Secure Boot

Secure boot is a security mechanism that performs layer-by-layer integrity verification of each software component beginning from the RoT during the device startup. It ensures that each program loaded and executed on the device is not tampered with. Secure boot verifies that the firmware and software are not tampered with during the device startup, to ensure device integrity. During secure boot, a component verifies the digital signature of the next component. If the verification is successful, the next component runs. If the verification fails, the next component does not start.

Principles

1. The integrity and correctness of the software are verified before running. Only officially released software can pass the security check. Software released by any other unauthorized means cannot pass the security check. In this case, the system cannot start.
2. The core process is as follows: The digital signature is used to verify the signature of the software to be loaded. Only the software that passes the verification can be executed.
3. The system software integrity is protected.

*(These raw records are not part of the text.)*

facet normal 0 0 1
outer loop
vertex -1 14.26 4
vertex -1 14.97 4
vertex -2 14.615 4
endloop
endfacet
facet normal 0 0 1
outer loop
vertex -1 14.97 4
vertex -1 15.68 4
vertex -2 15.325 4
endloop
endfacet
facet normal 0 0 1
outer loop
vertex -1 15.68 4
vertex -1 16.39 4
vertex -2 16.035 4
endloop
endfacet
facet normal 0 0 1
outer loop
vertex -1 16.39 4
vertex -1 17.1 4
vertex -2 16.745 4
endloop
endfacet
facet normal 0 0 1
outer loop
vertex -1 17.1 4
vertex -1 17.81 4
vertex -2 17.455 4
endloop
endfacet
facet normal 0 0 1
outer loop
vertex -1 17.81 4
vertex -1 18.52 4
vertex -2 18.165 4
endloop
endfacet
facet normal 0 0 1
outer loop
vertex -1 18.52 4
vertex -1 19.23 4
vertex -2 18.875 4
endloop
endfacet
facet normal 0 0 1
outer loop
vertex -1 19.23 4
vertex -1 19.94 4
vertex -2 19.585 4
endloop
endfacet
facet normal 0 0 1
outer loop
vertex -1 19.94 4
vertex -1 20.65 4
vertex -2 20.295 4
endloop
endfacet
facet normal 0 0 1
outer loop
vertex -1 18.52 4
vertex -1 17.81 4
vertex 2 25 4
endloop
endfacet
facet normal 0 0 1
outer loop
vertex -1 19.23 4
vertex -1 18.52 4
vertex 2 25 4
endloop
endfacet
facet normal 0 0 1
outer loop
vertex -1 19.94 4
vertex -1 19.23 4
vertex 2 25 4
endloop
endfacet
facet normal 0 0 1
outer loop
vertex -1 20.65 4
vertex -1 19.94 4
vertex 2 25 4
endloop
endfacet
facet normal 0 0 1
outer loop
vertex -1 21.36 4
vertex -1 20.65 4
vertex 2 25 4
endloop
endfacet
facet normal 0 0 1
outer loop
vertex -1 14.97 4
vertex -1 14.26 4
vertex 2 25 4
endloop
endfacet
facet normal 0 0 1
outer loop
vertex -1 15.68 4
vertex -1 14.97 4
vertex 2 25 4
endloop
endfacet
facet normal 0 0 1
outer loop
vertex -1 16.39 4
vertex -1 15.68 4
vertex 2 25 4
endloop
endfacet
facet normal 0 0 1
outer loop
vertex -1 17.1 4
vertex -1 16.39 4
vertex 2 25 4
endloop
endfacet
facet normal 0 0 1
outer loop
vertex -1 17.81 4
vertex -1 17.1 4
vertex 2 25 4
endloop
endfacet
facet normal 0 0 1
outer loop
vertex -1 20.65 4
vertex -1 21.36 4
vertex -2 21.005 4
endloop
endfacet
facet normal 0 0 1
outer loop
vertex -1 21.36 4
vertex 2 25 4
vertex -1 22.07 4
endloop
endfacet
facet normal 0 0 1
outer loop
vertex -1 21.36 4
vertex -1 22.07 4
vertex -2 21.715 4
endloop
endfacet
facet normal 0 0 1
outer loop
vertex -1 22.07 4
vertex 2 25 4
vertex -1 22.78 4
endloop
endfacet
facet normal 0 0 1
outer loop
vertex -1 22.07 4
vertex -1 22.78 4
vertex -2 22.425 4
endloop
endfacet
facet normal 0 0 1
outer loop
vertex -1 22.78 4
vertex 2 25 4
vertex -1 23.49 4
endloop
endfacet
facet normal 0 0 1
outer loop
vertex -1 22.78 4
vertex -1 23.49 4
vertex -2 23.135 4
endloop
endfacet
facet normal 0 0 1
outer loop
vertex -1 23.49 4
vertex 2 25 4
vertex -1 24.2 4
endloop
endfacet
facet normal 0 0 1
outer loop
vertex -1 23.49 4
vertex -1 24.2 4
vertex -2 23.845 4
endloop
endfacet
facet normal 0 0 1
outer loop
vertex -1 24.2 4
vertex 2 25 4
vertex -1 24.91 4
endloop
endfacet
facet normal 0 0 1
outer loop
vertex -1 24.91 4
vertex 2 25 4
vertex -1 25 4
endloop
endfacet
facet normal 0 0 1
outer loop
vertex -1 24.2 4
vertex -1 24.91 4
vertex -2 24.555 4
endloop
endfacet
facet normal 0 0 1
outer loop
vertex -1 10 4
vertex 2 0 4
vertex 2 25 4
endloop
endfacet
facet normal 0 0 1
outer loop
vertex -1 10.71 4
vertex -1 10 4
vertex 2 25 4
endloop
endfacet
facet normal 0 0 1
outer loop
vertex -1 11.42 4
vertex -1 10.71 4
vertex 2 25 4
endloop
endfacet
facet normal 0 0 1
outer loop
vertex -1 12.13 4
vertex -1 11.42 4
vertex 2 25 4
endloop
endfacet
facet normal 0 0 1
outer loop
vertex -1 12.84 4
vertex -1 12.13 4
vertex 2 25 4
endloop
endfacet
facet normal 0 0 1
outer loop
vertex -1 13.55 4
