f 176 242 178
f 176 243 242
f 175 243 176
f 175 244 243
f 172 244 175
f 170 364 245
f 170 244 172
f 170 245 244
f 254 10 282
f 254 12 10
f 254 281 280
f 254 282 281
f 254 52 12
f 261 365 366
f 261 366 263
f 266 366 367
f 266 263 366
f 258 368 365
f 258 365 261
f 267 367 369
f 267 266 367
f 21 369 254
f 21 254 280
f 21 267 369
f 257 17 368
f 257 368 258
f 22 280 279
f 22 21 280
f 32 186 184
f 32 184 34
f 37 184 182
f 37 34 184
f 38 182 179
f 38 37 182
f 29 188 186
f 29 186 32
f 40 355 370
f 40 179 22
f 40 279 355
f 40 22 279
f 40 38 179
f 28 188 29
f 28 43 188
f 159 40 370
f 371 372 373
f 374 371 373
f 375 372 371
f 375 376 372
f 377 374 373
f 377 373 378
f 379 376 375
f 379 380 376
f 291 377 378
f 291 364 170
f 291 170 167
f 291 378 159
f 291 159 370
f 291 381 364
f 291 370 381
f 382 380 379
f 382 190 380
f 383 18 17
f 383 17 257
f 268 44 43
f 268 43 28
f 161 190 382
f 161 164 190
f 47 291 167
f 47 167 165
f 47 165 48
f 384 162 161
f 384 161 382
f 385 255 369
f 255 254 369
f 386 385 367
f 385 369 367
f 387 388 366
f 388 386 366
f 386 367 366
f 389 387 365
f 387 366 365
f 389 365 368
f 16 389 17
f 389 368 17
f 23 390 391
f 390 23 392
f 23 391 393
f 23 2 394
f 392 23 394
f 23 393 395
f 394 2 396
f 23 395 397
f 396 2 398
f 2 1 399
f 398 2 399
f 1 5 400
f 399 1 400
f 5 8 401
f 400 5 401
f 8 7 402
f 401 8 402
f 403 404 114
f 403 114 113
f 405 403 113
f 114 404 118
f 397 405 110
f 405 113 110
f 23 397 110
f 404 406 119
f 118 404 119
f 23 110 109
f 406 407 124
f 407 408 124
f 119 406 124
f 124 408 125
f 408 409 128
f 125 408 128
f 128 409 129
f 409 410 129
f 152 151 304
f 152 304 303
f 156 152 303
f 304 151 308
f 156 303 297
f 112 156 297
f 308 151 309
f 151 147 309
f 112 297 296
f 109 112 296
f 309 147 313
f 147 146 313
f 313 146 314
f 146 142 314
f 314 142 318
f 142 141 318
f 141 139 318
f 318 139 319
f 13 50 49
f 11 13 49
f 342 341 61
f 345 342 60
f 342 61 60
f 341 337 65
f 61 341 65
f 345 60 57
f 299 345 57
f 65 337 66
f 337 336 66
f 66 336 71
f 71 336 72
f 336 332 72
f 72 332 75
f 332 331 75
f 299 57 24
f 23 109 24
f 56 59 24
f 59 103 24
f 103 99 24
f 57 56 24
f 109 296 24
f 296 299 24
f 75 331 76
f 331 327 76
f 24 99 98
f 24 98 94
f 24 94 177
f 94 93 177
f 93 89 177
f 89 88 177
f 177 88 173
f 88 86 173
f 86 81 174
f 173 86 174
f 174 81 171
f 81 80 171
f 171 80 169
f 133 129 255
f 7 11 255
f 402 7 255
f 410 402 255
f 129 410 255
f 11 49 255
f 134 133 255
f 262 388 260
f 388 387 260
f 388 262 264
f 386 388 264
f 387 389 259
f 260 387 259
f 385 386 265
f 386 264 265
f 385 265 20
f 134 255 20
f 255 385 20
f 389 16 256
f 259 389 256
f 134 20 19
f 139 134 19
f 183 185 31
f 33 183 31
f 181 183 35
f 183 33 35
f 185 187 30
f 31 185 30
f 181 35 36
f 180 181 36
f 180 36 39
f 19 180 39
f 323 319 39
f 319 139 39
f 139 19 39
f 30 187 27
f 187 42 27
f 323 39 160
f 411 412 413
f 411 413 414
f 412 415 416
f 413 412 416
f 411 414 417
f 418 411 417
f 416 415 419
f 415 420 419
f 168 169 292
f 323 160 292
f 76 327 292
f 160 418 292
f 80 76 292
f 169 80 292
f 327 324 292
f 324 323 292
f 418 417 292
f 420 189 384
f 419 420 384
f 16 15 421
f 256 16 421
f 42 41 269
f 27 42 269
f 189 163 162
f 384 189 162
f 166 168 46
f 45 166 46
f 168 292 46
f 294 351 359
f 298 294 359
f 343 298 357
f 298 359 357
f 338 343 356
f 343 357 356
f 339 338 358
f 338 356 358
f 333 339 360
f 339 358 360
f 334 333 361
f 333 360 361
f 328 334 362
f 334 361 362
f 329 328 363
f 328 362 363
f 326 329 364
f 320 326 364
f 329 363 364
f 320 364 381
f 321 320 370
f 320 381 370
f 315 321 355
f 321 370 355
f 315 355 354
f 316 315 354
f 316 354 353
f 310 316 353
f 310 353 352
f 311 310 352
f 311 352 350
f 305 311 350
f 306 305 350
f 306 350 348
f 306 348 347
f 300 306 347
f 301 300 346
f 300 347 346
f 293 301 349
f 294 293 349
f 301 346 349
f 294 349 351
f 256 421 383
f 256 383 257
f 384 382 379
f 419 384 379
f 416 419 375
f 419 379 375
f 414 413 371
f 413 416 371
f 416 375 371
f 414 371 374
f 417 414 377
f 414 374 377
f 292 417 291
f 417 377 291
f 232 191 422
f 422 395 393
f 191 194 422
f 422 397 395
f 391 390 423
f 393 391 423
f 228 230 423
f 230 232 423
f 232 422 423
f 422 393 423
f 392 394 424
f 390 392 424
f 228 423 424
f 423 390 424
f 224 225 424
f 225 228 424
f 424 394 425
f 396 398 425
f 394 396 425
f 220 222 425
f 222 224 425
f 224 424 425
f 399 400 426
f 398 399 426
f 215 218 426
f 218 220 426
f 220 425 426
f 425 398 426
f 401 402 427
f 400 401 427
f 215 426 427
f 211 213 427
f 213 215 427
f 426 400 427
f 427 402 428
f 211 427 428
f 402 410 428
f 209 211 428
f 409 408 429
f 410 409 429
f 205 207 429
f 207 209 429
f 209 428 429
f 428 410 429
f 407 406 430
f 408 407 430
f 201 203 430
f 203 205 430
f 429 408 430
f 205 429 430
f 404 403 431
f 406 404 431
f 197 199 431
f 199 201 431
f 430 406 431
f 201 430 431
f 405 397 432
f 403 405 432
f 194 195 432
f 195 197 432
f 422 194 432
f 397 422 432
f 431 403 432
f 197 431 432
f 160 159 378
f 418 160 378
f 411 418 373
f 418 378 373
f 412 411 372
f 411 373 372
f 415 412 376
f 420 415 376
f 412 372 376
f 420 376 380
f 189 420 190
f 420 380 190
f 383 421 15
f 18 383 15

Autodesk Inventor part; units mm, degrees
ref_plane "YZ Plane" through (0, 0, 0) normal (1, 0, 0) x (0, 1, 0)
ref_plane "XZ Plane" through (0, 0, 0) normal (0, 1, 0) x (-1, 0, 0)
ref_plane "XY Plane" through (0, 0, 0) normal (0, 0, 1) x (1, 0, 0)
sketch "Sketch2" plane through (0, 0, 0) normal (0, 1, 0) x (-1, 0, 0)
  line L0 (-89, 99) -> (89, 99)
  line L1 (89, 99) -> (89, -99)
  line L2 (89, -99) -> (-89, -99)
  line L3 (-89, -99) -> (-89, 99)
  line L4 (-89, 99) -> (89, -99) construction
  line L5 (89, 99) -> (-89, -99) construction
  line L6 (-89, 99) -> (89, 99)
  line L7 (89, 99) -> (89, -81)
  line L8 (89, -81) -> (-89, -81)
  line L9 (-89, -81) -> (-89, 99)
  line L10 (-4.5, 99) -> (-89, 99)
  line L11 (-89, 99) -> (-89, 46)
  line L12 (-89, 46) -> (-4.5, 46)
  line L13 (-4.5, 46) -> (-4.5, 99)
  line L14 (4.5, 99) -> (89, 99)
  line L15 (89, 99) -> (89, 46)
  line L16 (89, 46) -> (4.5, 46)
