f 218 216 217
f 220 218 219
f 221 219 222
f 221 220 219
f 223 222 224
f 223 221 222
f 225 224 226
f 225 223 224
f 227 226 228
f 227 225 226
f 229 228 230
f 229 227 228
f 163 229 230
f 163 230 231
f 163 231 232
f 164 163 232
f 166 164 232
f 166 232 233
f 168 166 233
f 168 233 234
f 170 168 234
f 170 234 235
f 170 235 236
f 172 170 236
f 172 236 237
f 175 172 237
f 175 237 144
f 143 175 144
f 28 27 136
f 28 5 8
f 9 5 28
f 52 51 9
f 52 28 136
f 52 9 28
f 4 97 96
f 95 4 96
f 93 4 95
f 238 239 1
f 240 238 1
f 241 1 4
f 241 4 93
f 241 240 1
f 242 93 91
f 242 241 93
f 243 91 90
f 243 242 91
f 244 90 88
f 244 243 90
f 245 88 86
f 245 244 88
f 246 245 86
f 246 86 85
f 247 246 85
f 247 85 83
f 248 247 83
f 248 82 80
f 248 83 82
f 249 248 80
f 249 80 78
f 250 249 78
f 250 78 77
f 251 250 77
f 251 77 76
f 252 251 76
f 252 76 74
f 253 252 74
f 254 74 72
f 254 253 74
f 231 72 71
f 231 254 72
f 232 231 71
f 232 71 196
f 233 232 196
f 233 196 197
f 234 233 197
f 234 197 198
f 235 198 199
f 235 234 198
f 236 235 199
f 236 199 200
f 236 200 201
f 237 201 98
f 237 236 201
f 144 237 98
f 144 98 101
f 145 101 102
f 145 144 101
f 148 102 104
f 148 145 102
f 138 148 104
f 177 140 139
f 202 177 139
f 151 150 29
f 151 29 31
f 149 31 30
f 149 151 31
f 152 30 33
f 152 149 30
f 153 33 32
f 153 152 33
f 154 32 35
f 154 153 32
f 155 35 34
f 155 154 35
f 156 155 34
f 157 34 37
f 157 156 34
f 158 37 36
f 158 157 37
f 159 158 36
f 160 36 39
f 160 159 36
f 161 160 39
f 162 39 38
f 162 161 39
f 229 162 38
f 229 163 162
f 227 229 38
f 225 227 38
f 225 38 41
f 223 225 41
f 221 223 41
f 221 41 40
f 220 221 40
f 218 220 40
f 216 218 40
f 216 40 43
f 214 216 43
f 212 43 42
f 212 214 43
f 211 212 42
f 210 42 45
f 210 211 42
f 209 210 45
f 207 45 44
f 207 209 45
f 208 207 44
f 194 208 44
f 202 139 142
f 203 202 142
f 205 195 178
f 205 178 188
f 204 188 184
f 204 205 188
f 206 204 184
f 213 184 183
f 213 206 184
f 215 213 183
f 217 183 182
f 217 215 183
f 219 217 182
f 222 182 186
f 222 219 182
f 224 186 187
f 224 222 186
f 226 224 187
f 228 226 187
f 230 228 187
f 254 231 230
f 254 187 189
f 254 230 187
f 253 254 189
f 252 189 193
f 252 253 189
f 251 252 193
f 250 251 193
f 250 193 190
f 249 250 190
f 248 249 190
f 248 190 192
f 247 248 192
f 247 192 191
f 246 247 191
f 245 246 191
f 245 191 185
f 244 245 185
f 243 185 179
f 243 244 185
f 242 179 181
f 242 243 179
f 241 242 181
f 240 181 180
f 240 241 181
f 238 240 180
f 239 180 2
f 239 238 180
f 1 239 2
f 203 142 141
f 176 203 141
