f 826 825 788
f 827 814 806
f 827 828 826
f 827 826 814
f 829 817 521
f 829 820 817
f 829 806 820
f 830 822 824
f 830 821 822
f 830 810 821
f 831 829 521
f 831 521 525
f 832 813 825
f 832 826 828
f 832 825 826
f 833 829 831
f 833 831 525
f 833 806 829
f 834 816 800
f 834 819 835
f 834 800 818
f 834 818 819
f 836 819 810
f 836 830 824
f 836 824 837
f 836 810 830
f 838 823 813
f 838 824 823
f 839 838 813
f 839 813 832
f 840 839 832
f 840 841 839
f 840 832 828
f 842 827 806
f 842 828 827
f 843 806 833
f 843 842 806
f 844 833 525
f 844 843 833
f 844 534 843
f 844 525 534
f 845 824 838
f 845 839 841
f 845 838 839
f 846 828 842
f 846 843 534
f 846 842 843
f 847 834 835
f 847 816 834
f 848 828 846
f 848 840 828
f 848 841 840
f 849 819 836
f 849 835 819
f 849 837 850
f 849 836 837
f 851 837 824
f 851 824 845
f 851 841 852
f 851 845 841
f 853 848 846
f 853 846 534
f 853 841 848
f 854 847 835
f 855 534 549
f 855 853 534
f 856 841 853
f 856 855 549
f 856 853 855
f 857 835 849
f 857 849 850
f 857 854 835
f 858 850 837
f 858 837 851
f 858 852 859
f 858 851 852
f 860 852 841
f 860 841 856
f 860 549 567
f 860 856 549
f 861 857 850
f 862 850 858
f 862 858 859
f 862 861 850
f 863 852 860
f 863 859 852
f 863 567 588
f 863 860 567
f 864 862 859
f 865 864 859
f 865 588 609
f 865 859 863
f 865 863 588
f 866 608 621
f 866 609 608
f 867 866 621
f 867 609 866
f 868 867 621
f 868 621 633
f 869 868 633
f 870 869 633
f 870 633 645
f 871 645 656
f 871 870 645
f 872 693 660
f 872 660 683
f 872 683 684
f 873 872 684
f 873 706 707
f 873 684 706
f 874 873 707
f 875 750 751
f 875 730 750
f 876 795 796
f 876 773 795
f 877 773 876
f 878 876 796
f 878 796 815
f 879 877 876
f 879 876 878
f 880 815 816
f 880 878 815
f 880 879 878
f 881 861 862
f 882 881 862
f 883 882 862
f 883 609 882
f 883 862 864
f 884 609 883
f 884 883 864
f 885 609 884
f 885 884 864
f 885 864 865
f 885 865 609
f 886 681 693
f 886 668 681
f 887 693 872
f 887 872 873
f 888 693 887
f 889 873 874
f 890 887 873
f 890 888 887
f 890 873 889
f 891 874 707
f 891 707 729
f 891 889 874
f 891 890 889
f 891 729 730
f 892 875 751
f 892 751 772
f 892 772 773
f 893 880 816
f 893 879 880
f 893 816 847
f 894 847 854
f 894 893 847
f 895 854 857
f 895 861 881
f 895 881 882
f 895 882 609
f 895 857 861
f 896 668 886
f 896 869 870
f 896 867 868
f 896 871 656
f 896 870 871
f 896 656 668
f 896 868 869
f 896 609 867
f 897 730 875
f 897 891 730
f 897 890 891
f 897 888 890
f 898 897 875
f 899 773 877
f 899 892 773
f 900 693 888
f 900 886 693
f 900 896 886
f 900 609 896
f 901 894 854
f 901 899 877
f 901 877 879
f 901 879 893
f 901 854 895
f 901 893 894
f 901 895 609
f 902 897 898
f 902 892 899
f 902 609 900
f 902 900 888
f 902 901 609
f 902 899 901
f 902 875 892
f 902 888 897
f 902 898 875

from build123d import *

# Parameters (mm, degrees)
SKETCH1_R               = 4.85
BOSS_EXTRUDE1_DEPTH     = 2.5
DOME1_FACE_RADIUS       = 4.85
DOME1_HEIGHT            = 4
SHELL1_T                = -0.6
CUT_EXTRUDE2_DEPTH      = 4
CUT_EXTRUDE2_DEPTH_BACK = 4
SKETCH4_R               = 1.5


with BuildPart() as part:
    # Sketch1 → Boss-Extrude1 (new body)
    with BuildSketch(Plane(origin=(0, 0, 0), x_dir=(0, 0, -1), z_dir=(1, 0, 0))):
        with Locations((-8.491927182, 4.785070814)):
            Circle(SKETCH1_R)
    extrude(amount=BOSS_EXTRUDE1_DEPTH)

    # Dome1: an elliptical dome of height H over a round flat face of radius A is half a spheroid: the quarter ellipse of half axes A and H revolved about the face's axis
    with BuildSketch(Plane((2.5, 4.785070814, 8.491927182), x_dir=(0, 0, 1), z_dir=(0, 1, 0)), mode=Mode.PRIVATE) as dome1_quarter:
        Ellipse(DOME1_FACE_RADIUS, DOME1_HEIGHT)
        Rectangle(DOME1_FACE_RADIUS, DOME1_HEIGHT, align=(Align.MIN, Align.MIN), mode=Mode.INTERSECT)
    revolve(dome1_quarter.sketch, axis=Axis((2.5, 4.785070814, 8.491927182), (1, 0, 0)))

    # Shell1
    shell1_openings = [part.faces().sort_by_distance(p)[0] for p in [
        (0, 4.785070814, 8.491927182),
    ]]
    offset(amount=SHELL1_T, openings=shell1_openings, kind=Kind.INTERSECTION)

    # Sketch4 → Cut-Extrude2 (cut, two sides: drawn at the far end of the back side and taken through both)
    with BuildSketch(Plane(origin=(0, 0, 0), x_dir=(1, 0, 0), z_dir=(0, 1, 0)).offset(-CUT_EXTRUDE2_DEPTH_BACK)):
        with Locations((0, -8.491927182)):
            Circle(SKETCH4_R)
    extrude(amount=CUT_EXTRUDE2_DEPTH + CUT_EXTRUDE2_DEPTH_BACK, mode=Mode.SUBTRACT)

Secure boot of Kunpeng servers is implemented in two ways: one anchored in the hardware RoT of the BMC chip, and the other anchored in the hardware RoT of the Kunpeng processors. As shown in the following figure, when the system is powered on, the BMC system powers up first. The Boot Read-Only Memory (BootROM) of the BMC chip uses the trusted root programmed into the eFUSE to verify the security core Daemon FW, and then performs layer-by-layer verification of the BIOS firmware and the system. In addition, the BIOS firmware is verified prior to powering on the service OS, which is only allowed to start after successful verification. After the Kunpeng processor is powered on, step-by-step verification of subsequent boot firmware begins from the BootROM. Each stage is loaded only after successful verification. This process ensures the integrity of the entire system.

The Kunpeng processor implements the secure boot process by deploying Huawei's root public key and a level-2 key system.

1. The BootROM within the CPU SoC verifies the BaseBIOS. If the verification succeeds, the BaseBIOS program is executed.
2. The BaseBIOS verifies the UEFI BIOS. Upon successful verification, the BIOS code is executed to initialize the hardware.
3. For UEFI secure boot, the BIOS verifies option ROM and OS loader. Upon successful verification, the OS is started.

During the startup, the BootROM (BSBC) reads the root public key from the BaseBIOS header, calculates the hash value, and compares the result with that stored in the eFuse. If the two hash values match, level-2 certificate signature verification is performed. Upon successful verification, the BaseBIOS can be used normally. The BaseBIOS uses the level-2 certificate to verify the signatures of UEFI and other boot firmware. Upon successful verification, the BIOS is started. And then, secure boot is enabled to verify binaries of option ROM and OS loader. Upon successful verification, these binaries are loaded or the OS loader is executed, and control is handed over to the OS.

Step-by-step integrity verification and signature authentication ensure the secure boot process. In the preceding figure, the secure boot verification for option ROM and OS loader can be enabled or disabled. Following industry practice, to ensure compatibility with different OSs, this verification is disabled by default. The verification for the BaseBIOS by the BootROM and the verification for the UEFI by the BaseBIOS are enabled by default and are mandatory during system startup.

The BIOS supports the import of Microsoft certificates or customer certificates. In this way, the BIOS can use the imported certificates to verify the signature files of Microsoft or customer certificates.